Responders to immunotherapy are 76 % of patients with this pathology, which is twice as high as with standard
therapy. However, there is no effect of infliximab on such manifestations of
autism as the level of eye contact and language development. Psychotropic
effects of infliximab immunotherapy are closely related to the normalization of
previously elevated serum TNF-alpha concentrations and are probably due to the
elimination of the pathological activating effect of this pro-inflammatory
cytokine on CNS neurons. In parallel, there is an improvement in other clinical
syndromes of genetic deficiency of the folate cycle in children with autism
spectrum disorders – intestinal pathology, epileptic syndrome, and PANDAS,
in the pathogenesis of which, as is known, TNF-alpha and the systemic and
intracerebral inflammation induced by this cytokine are involved. However,
under the influence of immunotherapy, there is no change in the dynamics of
motor deficit in children with symptoms of pyramidal tract damage. Further
clinical studies in this direction with a larger number of participants and
randomization are necessary to obtain more convincing data.
The
results obtained in this controlled non-randomized clinical trial indicate that
combination immunotherapy with Propes and Inflamafertin is an effective
treatment strategy for immunodeficiency caused by genetic folate deficiency in
children with autism spectrum disorders. These biological immunotropic drugs
are able to normalize the previously reduced number of NK and NKT cells in the
blood in this category of patients during a 3-month course of immunotherapy,
with a more frequent, stronger and more lasting effect on NKT cells compared to
NK lymphocytes.
Conclusion
Folinic acid supplementation is an
effective therapy for many people with autism. There are many anomalies that
appear, for example those people who test positive for the folate transporter
antibodies but a lumbar punction then finds normal levels of folate in the
brain. Many people report agitation or
aggression when children take calcium folinate at high doses, but this does not
seem to get noted in clinical trials. Nonetheless it looks like everyone with autism should at least make a trial.

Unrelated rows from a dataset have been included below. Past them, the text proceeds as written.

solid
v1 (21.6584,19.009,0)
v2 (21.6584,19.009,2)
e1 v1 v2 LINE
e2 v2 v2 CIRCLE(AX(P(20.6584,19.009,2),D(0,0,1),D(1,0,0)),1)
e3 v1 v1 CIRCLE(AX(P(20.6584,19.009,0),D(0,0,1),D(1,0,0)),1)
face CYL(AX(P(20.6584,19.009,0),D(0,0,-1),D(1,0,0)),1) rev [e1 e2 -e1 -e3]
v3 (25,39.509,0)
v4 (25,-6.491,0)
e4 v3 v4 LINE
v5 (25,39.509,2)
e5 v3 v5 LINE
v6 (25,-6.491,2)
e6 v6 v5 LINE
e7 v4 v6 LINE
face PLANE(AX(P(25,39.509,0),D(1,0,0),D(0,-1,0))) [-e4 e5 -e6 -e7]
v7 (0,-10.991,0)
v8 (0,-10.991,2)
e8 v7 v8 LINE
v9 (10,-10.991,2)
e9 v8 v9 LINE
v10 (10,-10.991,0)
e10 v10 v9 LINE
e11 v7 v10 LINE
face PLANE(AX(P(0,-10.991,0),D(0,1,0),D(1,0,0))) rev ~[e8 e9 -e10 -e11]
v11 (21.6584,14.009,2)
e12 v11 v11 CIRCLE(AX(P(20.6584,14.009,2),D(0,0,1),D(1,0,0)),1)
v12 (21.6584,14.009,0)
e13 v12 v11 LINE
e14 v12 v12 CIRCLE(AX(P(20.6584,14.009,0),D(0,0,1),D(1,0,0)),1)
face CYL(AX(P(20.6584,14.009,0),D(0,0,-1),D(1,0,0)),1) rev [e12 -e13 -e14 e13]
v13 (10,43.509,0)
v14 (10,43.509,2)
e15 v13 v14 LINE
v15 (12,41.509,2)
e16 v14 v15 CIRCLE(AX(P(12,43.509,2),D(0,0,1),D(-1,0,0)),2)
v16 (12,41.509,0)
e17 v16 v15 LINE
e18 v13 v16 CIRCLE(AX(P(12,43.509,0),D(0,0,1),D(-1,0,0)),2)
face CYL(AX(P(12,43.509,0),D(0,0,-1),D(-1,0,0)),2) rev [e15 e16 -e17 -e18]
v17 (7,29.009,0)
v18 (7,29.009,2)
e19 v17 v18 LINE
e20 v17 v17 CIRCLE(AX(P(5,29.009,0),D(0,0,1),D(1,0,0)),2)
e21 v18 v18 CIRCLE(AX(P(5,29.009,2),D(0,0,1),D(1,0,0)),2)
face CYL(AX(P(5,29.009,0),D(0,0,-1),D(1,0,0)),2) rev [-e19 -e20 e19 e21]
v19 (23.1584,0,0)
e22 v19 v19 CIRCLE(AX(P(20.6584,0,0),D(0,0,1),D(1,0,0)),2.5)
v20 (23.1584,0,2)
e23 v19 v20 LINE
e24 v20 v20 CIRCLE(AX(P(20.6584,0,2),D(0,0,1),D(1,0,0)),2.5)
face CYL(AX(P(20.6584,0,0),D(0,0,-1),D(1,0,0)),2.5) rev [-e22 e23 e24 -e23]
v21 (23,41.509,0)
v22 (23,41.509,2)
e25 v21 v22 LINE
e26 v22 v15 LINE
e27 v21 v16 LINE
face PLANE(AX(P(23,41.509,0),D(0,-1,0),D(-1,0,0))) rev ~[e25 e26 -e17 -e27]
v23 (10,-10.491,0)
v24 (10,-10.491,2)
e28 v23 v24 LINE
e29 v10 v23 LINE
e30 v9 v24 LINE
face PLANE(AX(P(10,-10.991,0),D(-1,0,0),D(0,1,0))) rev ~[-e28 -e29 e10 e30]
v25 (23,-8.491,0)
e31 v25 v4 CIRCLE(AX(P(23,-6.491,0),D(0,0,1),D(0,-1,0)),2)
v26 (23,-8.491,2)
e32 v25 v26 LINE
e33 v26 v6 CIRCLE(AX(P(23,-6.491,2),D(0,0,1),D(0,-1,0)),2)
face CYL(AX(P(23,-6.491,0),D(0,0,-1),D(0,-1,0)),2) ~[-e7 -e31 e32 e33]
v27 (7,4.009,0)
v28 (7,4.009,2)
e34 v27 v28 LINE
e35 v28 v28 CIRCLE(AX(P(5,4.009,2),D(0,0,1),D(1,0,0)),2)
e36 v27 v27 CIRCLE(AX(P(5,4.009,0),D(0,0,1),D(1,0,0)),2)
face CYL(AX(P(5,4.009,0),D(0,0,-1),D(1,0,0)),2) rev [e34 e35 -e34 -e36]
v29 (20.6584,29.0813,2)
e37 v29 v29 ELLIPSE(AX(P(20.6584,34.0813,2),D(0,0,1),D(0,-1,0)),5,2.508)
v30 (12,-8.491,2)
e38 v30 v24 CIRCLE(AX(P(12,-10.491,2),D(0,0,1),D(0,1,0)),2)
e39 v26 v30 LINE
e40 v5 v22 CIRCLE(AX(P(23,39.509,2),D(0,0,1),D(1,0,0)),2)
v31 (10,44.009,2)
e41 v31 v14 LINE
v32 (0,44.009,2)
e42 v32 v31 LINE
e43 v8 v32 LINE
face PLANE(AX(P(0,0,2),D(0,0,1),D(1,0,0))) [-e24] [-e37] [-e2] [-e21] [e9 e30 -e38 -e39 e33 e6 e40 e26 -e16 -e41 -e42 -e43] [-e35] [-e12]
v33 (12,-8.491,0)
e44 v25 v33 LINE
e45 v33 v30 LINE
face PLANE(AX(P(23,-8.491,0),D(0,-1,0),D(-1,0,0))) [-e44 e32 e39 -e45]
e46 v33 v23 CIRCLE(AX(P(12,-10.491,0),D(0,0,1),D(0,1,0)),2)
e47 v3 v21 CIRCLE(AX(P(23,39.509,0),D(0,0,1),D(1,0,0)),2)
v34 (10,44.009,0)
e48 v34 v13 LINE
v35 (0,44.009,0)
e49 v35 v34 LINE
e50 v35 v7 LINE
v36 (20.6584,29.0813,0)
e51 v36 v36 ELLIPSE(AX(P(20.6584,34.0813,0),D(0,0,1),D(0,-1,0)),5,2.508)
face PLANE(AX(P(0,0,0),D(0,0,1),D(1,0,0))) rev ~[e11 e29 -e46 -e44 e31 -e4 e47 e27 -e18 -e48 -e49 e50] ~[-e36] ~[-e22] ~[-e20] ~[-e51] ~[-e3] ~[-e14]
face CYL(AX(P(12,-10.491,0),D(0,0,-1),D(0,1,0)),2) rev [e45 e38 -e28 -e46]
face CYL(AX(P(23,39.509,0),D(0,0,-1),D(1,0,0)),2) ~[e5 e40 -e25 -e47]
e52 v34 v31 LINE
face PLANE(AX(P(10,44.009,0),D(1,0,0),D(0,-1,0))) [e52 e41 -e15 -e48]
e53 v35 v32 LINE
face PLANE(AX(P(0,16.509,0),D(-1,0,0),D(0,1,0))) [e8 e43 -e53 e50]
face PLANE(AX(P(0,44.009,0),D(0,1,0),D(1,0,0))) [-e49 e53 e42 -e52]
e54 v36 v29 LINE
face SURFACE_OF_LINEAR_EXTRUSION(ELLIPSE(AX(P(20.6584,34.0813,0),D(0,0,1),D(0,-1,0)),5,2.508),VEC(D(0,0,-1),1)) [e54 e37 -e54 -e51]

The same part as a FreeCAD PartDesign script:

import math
import FreeCAD as App
import Part
import Sketcher

V = App.Vector

doc = App.newDocument("Part")
body = doc.addObject("PartDesign::Body", "Body")

# Sketch on XY plane
sketch1 = doc.addObject("Sketcher::SketchObject", "Sketch")
body.addObject(sketch1)
sketch1.AttachmentSupport = (doc.XY_Plane, [""])
sketch1.MapMode = "FlatFace"
sketch1.addGeometry([
    Part.LineSegment(V(10, 44.009, 0), V(0, 44.009, 0)),  # 0
    Part.LineSegment(V(0, 44.009, 0), V(0, -10.991, 0)),  # 1
    Part.LineSegment(V(0, -10.991, 0), V(10, -10.991, 0)),  # 2
    Part.LineSegment(V(10, -10.991, 0), V(10, -10.491, 0)),  # 3
    Part.ArcOfCircle(Part.Circle(V(12, -10.491, 0), V(0, 0, 1), 2), math.radians(90), math.radians(180)),  # 4
    Part.LineSegment(V(12, -8.491, 0), V(23, -8.491, 0)),  # 5
    Part.ArcOfCircle(Part.Circle(V(23, -6.491, 0), V(0, 0, 1), 2), math.radians(-90), math.radians(0)),  # 6
    Part.LineSegment(V(25, -6.491, 0), V(25, 39.509, 0)),  # 7
    Part.ArcOfCircle(Part.Circle(V(23, 39.509, 0), V(0, 0, 1), 2), math.radians(0), math.radians(90)),  # 8
    Part.LineSegment(V(23, 41.509, 0), V(12, 41.509, 0)),  # 9
    Part.ArcOfCircle(Part.Circle(V(12, 43.509, 0), V(0, 0, 1), 2), math.radians(180), math.radians(270)),  # 10
    Part.LineSegment(V(10, 43.509, 0), V(10, 44.009, 0)),  # 11
    Part.Circle(V(5, 29.009, 0), V(0, 0, 1), 2),  # 12
    Part.Circle(V(20.6584, 19.009, 0), V(0, 0, 1), 1),  # 13
    Part.Ellipse(V(20.6584, 29.0813, 0), V(23.1664, 34.0813, 0), V(20.6584, 34.0813, 0)),  # 14
    Part.Circle(V(20.6584, 14.009, 0), V(0, 0, 1), 1),  # 15
    Part.Circle(V(5, 4.009, 0), V(0, 0, 1), 2),  # 16
    Part.Circle(V(20.6584, 0, 0), V(0, 0, 1), 2.5),  # 17
], False)
sketch1.addConstraint([
    Sketcher.Constraint("Block", 14),
    Sketcher.Constraint("Coincident", 0, 2, 1, 1),
    Sketcher.Constraint("Coincident", 1, 2, 2, 1),
    Sketcher.Constraint("Coincident", 2, 2, 3, 1),
    Sketcher.Constraint("Tangent", 3, 2, 4, 2),
    Sketcher.Constraint("Tangent", 4, 1, 5, 1),
    Sketcher.Constraint("Tangent", 5, 2, 6, 1),
    Sketcher.Constraint("Tangent", 6, 2, 7, 1),
    Sketcher.Constraint("Tangent", 7, 2, 8, 1),
    Sketcher.Constraint("Tangent", 8, 2, 9, 1),
    Sketcher.Constraint("Tangent", 9, 2, 10, 2),
    Sketcher.Constraint("Tangent", 10, 1, 11, 1),
    Sketcher.Constraint("Coincident", 11, 2, 0, 1),
    Sketcher.Constraint("Horizontal", 0),
    Sketcher.Constraint("Vertical", 1),
    Sketcher.Constraint("Horizontal", 2),
    Sketcher.Constraint("Vertical", 3),
    Sketcher.Constraint("Horizontal", 5),
    Sketcher.Constraint("Vertical", 7),
    Sketcher.Constraint("Horizontal", 9),
    Sketcher.Constraint("Vertical", 11),
    Sketcher.Constraint("Equal", 4, 6),
    Sketcher.Constraint("Equal", 6, 8),
    Sketcher.Constraint("Equal", 8, 10),
    Sketcher.Constraint("Equal", 10, 12),
    Sketcher.Constraint("Equal", 13, 15),
    Sketcher.Constraint("Equal", 12, 16),
    Sketcher.Constraint("PointOnObject", 17, 3, -1),
    Sketcher.Constraint("PointOnObject", 0, 2, -2),
    Sketcher.Constraint("Vertical", 4, 3, 10, 3),
    Sketcher.Constraint("Vertical", 13, 3, 15, 3),
    Sketcher.Constraint("Vertical", 12, 3, 16, 3),
    Sketcher.Constraint("Vertical", 15, 3, 17, 3),
    Sketcher.Constraint("Equal", 3, 11),
    Sketcher.Constraint("Diameter", 12, 4.0),
    Sketcher.Constraint("Diameter", 13, 2.0),
    Sketcher.Constraint("Diameter", 17, 5.0),
    Sketcher.Constraint("DistanceY", 1, 2, 1, 1, 55.0),
    Sketcher.Constraint("DistanceX", -1, 1, 12, 3, 5.0),
    Sketcher.Constraint("DistanceX", -1, 1, 6, 2, 25.0),
    Sketcher.Constraint("DistanceY", 4, 3, 8, 3, 50.0),
    Sketcher.Constraint("DistanceY", 15, 3, 13, 3, 5.0),
    Sketcher.Constraint("DistanceY", 16, 3, 12, 3, 25.0),
    Sketcher.Constraint("DistanceY", 13, 3, 0, 2, 25.0),
    Sketcher.Constraint("DistanceX", 16, 3, 2, 2, 5.0),
    Sketcher.Constraint("DistanceY", 12, 3, 8, 2, 12.5),
    Sketcher.Constraint("DistanceY", 4, 3, -1, 1, 10.491),
    Sketcher.Constraint("DistanceX", -1, 1, 13, 3, 20.6584),
])
pad1 = doc.addObject("PartDesign::Pad", "Pad")
body.addObject(pad1)
pad1.Profile = sketch1
pad1.Length = 2

doc.recompute()
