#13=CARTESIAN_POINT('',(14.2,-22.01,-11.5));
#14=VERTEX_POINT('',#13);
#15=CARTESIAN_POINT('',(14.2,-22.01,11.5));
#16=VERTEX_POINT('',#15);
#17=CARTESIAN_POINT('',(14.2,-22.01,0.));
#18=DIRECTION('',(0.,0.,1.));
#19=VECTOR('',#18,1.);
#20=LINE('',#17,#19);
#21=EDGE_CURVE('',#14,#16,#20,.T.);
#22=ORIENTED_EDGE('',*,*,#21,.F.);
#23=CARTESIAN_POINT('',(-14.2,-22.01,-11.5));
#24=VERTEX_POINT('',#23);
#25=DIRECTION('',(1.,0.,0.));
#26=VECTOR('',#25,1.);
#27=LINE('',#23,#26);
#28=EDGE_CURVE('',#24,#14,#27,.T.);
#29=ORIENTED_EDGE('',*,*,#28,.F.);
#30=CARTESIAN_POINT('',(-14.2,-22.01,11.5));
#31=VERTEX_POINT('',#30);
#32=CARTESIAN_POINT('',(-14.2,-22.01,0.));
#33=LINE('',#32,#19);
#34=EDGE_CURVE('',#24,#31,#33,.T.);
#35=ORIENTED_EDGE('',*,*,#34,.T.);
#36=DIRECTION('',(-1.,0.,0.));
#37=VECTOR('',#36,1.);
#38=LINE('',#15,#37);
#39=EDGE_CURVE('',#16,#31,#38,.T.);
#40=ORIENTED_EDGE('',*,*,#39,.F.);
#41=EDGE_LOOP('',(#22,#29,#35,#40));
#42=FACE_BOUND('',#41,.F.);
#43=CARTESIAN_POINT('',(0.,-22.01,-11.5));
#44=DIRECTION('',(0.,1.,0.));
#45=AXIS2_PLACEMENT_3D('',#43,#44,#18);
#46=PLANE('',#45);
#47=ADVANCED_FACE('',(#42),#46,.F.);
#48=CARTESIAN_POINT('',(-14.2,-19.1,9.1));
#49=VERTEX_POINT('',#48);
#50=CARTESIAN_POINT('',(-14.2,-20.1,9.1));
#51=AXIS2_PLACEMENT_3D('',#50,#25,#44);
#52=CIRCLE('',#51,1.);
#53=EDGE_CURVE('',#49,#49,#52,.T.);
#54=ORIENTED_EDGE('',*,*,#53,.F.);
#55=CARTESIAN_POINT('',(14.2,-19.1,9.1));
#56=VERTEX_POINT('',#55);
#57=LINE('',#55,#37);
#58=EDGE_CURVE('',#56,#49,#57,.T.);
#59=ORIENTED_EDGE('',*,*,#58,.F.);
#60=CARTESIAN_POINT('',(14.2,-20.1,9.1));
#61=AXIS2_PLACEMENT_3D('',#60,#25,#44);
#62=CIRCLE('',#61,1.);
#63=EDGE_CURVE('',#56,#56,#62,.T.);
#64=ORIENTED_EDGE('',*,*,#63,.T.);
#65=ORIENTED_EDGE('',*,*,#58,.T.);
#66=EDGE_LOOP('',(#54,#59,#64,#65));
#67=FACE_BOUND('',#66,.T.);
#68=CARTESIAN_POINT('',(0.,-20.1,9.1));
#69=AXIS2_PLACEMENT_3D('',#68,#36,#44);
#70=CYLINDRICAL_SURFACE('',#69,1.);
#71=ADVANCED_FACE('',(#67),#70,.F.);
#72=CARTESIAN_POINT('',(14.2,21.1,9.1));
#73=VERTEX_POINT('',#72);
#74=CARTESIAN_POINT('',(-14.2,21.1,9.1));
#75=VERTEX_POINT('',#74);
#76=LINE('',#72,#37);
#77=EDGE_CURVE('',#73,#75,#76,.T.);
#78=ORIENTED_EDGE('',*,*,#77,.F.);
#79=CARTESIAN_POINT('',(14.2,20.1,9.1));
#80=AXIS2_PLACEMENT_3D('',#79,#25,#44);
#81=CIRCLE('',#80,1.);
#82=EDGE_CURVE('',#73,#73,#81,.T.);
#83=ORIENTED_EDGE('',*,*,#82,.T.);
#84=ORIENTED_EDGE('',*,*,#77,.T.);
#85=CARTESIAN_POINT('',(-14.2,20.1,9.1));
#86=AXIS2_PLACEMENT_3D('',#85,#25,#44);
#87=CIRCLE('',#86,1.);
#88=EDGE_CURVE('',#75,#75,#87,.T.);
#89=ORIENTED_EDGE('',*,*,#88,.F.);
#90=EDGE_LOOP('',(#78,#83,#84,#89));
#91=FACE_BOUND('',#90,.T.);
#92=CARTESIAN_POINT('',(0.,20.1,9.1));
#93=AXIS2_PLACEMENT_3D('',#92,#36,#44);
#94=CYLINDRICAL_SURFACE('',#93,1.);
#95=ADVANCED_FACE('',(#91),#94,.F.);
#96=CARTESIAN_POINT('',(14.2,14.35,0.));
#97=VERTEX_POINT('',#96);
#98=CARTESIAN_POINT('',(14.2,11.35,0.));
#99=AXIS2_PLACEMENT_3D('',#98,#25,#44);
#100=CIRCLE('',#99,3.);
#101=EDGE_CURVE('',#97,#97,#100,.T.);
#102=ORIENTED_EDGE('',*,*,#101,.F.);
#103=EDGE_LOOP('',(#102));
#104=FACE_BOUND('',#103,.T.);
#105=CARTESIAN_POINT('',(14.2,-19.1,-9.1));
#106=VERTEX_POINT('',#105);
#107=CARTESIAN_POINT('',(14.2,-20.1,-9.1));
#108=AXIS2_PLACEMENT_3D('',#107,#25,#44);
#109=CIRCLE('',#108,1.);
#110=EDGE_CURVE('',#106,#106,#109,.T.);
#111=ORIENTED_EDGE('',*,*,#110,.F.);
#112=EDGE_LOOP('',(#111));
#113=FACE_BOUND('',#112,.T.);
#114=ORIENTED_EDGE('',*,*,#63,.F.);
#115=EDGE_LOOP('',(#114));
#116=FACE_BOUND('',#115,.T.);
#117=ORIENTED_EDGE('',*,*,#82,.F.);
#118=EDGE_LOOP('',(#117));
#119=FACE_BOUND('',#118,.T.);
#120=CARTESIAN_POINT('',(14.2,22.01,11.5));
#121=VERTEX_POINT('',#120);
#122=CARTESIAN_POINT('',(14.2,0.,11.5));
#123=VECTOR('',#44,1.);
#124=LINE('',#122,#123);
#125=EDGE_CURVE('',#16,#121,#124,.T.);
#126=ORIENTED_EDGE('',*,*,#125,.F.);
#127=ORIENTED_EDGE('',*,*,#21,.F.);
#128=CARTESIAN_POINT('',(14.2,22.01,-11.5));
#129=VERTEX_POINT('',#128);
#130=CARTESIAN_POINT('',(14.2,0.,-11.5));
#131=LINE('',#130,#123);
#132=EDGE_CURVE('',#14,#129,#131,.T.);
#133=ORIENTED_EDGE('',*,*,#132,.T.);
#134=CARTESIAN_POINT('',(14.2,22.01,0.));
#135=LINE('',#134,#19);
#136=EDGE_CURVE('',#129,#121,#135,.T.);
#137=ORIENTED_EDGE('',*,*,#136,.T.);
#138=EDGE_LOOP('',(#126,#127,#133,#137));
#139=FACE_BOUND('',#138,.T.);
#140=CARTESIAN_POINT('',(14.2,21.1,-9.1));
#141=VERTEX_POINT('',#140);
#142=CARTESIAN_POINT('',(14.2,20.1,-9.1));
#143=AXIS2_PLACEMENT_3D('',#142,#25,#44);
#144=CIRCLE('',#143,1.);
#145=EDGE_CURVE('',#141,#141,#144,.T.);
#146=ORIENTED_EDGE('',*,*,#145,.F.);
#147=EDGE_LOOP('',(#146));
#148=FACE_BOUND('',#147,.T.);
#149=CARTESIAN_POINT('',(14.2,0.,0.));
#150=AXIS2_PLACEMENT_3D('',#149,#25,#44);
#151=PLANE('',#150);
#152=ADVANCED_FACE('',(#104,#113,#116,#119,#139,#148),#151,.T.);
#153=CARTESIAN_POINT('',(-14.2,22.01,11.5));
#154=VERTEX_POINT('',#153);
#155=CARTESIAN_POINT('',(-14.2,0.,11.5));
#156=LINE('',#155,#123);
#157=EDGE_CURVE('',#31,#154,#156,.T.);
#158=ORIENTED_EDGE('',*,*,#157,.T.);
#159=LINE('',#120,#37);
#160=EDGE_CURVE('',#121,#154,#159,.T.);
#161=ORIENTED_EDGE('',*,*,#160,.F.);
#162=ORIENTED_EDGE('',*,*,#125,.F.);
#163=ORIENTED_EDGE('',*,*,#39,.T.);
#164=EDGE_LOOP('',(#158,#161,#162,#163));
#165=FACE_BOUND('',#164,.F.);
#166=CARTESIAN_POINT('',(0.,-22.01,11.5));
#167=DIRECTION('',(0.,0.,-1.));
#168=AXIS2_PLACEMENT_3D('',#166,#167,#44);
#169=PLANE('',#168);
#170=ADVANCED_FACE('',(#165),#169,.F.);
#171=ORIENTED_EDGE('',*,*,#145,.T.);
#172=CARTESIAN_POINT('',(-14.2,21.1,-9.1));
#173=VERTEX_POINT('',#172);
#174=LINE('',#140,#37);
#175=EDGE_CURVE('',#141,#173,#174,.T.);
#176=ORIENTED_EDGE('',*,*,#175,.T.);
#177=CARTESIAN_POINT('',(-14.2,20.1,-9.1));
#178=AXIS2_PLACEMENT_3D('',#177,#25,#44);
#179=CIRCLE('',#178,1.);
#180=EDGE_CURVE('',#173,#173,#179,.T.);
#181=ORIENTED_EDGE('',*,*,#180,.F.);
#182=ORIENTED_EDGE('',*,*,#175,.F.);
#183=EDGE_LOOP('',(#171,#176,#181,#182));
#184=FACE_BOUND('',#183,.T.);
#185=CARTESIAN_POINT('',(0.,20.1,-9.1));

Many people who respond well to
calcium folinate end up needing some kind of immunotherapy on top. IVIG is
extremely expensive and quite a bother if you need to take it forever. Some of the
therapies from the two papers today also involve a very large number of injections,
so are not really practical. The less intrusive immunotherapies look more practical but are not cheap.
I think that rTMS and tDCS will be attractive to those seeking non-pharmaceutical options that have a scientific basis. The same applies to low level laser therapy, also known as photobiomodulation therapy.